At the onset of a chatbot implementation, a bank would need to figure out what cost savings metric or benchmark it wants to adhere to. For example:

  • Do we know how many outsourced agents are needed when our customer base grows by X%, and can a conversational interface effectively replace that headcount increase?
  • Is it possible for the bank to quantify the reduced FTEs on customer interactions, and to attribute that to staff reduction in call center or the customer function service as a whole?

Improved revenue

Implementation of chatbots to increase revenue is also a viable goal in financial services. Banks can use the conversational data to identify customers at churn risk and take actions to retain them by giving them special offers through email or text messages. Chatbot applications are helpful in cross-selling and up-selling. Chatbot can identify customers with the highest likelihood to purchase additional products or services and pass those customers to sales persons who can handle their needs and sell them what the user is looking to buy.

Banks can compare the success rate of closing the deal in opening a business account or loan when routed through a chatbot first, or to a human agent first. It is a good way to estimate the ROI.

Building a cross-functional AI execution team

To assess viable use-cases for chatbot and viable measures of success, some degree of cross-functional team will need to be involved. The specific combination of cross-functional team will vary from project to project.  

  • Dedicated subject matter experts: It involves customer service specialists who understand the customer’s needs, conversational flows of the company and how customer service issues impact a business.  
  • Dedicated data science talent: Usually data scientists don’t understand subject-matter data. To develop intelligent hypotheses, data scientists need to work shoulder to shoulder with subject matter experts who understand the technical issues related to customer service and process of the business.
  • IT champion: While many full-time IT personals may need to be a part of an AI transformation project, there must be at least a champion within the IT function because AI projects typically hurl a variety of new issues and demands.
  • Business champion: A busines champion who believes in the project and wants to make it successful has conceptual understanding of AI implementation and use-cases and can connect with the said decision-maker.
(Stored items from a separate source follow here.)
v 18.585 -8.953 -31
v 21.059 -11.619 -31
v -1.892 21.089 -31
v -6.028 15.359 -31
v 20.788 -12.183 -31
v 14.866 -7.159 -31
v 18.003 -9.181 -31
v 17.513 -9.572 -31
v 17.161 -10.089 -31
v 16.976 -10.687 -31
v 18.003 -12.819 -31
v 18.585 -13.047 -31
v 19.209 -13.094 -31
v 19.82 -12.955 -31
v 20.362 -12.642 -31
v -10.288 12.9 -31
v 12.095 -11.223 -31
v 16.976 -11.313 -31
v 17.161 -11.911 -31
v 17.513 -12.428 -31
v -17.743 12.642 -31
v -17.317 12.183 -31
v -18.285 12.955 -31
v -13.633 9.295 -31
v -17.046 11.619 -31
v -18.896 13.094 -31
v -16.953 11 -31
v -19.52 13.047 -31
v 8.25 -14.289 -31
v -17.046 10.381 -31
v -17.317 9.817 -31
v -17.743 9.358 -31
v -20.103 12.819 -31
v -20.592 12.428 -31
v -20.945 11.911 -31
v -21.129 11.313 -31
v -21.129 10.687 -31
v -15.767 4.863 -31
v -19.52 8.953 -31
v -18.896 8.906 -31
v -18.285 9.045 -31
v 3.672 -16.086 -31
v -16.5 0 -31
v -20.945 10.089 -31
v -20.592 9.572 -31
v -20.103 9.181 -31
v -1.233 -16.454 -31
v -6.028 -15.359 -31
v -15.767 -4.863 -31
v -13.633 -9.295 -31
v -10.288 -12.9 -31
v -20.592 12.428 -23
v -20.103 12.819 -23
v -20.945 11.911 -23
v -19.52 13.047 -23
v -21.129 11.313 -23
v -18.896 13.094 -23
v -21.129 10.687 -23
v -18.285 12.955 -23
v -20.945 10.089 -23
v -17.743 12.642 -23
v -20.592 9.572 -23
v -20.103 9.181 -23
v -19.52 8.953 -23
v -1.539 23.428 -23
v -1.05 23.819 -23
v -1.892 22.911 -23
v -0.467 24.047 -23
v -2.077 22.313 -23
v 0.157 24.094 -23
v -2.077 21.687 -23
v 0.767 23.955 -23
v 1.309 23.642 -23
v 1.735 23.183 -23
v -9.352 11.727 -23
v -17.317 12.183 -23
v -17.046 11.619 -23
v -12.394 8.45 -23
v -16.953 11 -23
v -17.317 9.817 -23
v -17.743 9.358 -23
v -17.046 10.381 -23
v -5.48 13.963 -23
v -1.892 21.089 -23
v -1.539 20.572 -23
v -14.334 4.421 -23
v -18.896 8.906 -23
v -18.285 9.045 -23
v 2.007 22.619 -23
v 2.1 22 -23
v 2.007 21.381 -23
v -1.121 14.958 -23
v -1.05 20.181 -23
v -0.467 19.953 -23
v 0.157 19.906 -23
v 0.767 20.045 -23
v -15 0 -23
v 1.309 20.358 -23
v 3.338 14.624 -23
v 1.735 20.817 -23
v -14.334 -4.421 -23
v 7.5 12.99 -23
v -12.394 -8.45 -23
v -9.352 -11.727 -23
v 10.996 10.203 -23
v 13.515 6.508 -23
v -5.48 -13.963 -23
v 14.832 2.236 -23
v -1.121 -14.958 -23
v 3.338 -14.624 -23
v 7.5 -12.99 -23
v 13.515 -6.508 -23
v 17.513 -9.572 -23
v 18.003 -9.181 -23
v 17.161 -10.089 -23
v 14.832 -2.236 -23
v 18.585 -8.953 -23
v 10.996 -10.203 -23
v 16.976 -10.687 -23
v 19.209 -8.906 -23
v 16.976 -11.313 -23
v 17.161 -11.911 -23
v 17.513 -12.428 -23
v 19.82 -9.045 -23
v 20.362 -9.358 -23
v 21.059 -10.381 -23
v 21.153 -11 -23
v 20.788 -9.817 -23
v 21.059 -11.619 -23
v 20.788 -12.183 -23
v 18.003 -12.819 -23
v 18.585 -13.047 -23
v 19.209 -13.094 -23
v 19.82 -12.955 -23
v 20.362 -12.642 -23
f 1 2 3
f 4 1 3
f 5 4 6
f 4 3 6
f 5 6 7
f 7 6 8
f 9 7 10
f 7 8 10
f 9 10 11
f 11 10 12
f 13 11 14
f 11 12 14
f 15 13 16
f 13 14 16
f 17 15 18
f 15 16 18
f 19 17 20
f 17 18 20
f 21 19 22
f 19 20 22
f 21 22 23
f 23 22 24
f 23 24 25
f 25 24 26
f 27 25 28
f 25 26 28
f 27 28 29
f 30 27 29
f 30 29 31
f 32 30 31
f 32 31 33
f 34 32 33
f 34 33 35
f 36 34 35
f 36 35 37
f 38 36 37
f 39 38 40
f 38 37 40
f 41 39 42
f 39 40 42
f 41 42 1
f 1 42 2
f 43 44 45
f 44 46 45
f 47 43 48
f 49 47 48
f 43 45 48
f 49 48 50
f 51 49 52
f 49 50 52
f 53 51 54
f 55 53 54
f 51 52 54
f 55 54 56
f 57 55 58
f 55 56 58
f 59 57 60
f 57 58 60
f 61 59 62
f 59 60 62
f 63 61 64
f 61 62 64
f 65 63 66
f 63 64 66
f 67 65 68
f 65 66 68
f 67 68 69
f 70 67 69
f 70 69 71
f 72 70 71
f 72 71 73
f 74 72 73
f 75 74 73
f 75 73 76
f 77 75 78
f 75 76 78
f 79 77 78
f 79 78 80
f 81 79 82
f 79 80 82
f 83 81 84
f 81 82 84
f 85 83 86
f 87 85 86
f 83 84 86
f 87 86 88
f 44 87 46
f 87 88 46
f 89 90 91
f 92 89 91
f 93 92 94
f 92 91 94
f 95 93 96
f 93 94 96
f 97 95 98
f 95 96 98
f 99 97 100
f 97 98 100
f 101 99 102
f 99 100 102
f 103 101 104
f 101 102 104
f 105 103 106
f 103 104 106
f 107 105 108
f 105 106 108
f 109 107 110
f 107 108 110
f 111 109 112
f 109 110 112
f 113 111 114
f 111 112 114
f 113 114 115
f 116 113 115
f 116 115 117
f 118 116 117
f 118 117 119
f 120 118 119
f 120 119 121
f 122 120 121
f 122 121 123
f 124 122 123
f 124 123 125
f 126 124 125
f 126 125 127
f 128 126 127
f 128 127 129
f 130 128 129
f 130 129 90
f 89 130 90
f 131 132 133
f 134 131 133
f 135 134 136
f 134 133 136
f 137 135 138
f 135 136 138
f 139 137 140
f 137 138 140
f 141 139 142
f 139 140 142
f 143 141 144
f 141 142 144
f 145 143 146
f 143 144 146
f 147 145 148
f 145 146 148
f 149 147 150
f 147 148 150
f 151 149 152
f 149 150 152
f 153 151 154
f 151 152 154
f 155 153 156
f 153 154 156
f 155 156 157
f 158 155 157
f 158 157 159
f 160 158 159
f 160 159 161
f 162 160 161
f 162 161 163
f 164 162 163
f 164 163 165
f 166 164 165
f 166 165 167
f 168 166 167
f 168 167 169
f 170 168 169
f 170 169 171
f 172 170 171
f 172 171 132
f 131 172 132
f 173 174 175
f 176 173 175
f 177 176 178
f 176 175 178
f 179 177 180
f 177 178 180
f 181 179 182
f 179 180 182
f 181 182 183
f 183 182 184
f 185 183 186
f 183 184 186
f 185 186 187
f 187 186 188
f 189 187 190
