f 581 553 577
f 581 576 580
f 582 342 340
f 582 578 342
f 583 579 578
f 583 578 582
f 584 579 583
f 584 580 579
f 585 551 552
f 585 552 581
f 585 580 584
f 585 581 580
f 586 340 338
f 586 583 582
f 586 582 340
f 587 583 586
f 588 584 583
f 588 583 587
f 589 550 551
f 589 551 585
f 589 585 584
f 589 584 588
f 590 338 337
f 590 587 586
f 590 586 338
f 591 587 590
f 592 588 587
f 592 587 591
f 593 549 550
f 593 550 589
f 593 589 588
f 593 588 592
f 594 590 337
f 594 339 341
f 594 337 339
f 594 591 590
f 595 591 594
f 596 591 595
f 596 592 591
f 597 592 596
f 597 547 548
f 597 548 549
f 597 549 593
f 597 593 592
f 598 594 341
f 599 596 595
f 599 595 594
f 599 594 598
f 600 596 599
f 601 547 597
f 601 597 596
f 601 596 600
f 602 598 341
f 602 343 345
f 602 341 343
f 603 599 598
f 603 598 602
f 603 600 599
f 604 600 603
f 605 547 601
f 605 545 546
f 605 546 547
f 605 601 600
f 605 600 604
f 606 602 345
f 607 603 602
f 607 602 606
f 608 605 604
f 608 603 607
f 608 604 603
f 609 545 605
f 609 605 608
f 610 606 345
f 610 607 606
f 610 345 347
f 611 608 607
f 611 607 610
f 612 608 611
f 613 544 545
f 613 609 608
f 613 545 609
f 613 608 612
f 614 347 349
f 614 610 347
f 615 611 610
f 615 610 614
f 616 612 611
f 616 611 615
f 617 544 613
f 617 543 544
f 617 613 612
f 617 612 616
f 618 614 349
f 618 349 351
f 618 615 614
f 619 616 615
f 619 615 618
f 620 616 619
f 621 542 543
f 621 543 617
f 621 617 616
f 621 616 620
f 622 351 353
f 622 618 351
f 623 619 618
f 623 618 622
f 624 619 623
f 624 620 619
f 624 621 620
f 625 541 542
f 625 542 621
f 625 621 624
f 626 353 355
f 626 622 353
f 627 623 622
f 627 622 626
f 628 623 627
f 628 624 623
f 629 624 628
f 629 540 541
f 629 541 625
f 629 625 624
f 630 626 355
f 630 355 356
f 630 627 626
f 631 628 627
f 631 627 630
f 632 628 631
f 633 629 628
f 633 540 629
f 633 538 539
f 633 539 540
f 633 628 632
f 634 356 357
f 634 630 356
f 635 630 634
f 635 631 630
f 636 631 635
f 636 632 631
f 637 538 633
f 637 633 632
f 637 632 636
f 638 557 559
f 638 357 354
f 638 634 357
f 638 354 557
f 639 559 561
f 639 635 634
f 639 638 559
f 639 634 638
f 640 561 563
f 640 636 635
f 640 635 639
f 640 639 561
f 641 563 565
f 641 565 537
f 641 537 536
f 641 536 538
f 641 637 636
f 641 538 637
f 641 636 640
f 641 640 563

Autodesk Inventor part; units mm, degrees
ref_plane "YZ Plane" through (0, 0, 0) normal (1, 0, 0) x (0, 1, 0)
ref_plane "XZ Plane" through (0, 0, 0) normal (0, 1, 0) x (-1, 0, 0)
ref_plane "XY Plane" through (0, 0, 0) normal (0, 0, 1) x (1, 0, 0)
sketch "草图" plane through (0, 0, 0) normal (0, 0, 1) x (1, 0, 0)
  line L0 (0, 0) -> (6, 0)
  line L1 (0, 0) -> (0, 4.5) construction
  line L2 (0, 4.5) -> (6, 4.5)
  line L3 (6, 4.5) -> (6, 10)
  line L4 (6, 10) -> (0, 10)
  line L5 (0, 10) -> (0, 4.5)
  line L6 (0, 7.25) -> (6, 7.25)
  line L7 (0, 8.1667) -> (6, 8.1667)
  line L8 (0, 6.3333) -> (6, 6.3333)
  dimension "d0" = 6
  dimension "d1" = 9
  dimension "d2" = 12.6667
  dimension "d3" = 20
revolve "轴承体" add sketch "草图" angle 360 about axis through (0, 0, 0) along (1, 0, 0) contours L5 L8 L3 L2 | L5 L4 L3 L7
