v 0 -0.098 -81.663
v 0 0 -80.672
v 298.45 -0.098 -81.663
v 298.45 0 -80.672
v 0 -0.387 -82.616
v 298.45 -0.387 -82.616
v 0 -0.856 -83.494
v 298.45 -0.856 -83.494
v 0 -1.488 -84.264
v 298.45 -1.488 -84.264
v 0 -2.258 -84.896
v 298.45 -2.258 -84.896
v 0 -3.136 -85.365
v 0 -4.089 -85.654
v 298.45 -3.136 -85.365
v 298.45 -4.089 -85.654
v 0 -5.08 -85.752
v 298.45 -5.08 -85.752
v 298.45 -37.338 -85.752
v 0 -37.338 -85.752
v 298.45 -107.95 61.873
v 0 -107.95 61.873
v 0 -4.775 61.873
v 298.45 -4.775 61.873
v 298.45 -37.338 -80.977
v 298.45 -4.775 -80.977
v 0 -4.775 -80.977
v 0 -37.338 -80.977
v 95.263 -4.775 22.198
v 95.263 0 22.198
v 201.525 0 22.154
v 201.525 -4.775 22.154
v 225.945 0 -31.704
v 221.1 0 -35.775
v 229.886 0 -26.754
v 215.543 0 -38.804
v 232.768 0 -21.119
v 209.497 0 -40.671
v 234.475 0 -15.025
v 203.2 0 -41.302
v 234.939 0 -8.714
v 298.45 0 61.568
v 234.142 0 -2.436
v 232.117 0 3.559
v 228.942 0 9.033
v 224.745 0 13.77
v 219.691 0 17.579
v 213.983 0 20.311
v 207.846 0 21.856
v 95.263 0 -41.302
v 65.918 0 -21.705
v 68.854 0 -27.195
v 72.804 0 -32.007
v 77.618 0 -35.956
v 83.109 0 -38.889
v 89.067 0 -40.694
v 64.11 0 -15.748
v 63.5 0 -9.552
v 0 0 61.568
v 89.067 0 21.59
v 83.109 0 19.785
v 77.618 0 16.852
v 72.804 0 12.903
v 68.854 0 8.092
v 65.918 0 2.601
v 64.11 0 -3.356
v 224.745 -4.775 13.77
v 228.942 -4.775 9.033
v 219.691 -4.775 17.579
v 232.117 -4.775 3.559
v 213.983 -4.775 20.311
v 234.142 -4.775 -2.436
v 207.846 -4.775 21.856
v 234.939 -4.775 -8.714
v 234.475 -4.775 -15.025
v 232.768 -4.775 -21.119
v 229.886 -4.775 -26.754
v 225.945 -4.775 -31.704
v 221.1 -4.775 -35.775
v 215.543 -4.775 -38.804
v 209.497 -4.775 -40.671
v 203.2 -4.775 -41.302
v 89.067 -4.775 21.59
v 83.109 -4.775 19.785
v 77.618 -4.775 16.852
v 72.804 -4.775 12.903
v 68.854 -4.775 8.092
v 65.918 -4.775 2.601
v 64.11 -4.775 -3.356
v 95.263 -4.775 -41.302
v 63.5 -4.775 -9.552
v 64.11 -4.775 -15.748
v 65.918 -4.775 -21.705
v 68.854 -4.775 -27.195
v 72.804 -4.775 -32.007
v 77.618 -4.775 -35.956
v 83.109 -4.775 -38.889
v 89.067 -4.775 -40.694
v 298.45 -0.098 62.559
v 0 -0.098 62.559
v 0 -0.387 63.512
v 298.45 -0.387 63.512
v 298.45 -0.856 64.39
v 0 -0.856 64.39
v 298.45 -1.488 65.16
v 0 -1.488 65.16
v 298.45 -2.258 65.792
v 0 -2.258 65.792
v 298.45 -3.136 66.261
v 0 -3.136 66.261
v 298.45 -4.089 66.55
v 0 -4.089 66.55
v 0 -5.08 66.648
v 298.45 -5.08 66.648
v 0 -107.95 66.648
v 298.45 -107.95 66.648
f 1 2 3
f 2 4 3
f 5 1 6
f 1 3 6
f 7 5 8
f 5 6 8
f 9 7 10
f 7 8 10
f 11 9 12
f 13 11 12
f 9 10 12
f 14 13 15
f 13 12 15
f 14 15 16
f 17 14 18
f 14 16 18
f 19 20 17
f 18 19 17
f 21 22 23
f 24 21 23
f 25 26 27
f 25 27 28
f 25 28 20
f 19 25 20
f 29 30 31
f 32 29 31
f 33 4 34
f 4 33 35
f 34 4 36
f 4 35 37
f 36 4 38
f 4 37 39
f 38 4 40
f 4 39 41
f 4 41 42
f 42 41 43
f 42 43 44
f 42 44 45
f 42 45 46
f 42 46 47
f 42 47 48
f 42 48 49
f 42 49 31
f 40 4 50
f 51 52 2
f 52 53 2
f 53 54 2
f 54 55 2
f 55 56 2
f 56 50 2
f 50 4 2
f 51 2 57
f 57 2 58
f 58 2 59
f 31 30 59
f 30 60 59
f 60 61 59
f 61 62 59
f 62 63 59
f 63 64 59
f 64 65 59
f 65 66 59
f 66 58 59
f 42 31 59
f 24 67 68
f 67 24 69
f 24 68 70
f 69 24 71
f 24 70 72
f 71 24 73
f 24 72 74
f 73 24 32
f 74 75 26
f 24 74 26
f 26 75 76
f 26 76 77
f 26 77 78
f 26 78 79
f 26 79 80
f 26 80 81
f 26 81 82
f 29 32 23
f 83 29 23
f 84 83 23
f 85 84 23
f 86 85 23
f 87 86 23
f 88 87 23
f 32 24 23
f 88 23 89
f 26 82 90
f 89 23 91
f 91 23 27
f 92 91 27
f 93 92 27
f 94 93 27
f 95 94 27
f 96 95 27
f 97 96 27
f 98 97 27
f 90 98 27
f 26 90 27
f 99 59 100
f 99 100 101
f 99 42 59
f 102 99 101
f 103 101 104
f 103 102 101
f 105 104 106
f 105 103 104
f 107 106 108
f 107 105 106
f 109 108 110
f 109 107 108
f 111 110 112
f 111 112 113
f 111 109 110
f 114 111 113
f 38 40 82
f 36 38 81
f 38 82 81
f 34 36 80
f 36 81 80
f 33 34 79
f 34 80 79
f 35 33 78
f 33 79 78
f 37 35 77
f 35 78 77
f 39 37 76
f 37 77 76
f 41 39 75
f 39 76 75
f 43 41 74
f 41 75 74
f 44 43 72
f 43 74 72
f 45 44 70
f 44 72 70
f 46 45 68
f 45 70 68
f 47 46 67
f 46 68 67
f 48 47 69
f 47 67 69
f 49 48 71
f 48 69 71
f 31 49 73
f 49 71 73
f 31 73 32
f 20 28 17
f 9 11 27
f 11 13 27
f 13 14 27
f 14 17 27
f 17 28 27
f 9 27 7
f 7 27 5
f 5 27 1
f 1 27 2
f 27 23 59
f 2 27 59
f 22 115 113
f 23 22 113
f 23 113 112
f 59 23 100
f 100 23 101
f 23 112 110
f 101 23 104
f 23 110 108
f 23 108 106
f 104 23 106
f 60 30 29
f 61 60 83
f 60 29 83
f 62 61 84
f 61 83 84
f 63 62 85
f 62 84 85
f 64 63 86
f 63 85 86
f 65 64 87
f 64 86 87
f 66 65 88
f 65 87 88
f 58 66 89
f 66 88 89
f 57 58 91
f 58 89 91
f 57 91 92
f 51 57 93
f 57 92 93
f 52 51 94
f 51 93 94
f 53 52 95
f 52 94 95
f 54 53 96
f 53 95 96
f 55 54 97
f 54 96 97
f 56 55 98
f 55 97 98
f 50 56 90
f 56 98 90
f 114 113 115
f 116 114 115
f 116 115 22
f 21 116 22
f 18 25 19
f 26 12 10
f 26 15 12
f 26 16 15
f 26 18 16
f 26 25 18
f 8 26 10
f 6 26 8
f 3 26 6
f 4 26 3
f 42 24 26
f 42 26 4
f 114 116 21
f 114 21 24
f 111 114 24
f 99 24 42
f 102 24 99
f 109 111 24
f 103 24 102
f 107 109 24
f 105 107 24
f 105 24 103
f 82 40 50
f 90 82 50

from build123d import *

# Parameters (mm, degrees)
F1_DEPTH = 298.45
F2_R     = 5.08
F4_D     = 63.5
F6_DEPTH = 25.4


with BuildPart() as f1:
    # F0 (on Right) → F1 (new body)
    with BuildSketch(Plane.YZ):
        Polygon((0, -85.7519404639), (0, 66.6480595361), (-107.95, 66.6480595361), (-107.95, 61.8728595361), (-4.7752, 61.8728595361), (-4.7752, -80.9767404639), (-37.338, -80.9767404639), (-37.338, -85.7519404639), align=None)
    extrude(amount=F1_DEPTH)

    # F2
    f2_edges = [f1.edges().sort_by_distance(p)[0] for p in [
        (149.225, 0, 66.64806),
        (149.225, 0, -85.75194),
    ]]
    fillet(f2_edges, radius=F2_R)

    # F4 (through all)
    with Locations(Plane(origin=(0, 0, 0), x_dir=(-1, 0, 0), z_dir=(0, 1, 0))):
        with Locations((-203.2, -9.5519404639), (-95.25, -9.5519404639)):
            Hole(F4_D / 2)

    # F5 (on face) → F6 (cut)
    with BuildSketch(Plane(origin=(0, 0, 0), x_dir=(-1, 0, 0), z_dir=(0, 1, 0))):
        with BuildLine():
            Line((-95.2632086497, 22.1980567886), (-201.5250755989, 22.1538496737))
            ThreePointArc((-201.5250755989, 22.1538496737), (-180.1647948812, 12.2985017543), (-171.45, -9.5519404639))
            ThreePointArc((-171.45, -9.5519404639), (-180.7493594116, -32.0025804808), (-203.1999991918, -41.3019404639))
            Line((-203.1999991918, -41.3019404639), (-95.2632086497, -41.3019377164))
            ThreePointArc((-95.2632086497, -41.3019377164), (-127, -9.5519404639), (-95.2632086497, 22.1980567886))
        make_face()
    extrude(amount=-F6_DEPTH, mode=Mode.SUBTRACT)


solid = f1.part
The most common reason for unsuccessful chatbot implementation is failing to involve dedicated subject-matter experts and IT people.

Performa data audit

It is one of the most important aspects of a chatbot implementation plan. It is advisable to carry out data audits across all of existing chat logs or call center logs to get a better understanding of the type of information available. Data audit would also involve determining the accessibility of the data in a format that is organized and understandable.

Bottom line

Chatbot implementation plan is a multiphase process and needs a sound strategy. It is easy to get it wrong over 90% of time for a variety of reasons. For the right implementation of conversational interface, leadership must develop a reasonable understanding of what the technology is actually capable of. Cross-functional teams must assess viable use-cases for a chatbot application in banking and realistically determine how project success should be measured.

Conclusion

AI technology is evolving rapidly, and many chatbot software providers are incorporating the latest advances into their products. These leading-edge chatbots provide multiple semantic processors to expand the range of their capability to understand language and add sentiment engines to be able to detect the emotional state of the user. These “emotionally aware” chatbots can determine and rank a user’s attitude along a variety of measures such as anger, disgust, fear, sadness, joy, and positivity, on both a per-exchange basis or across the entire dialog.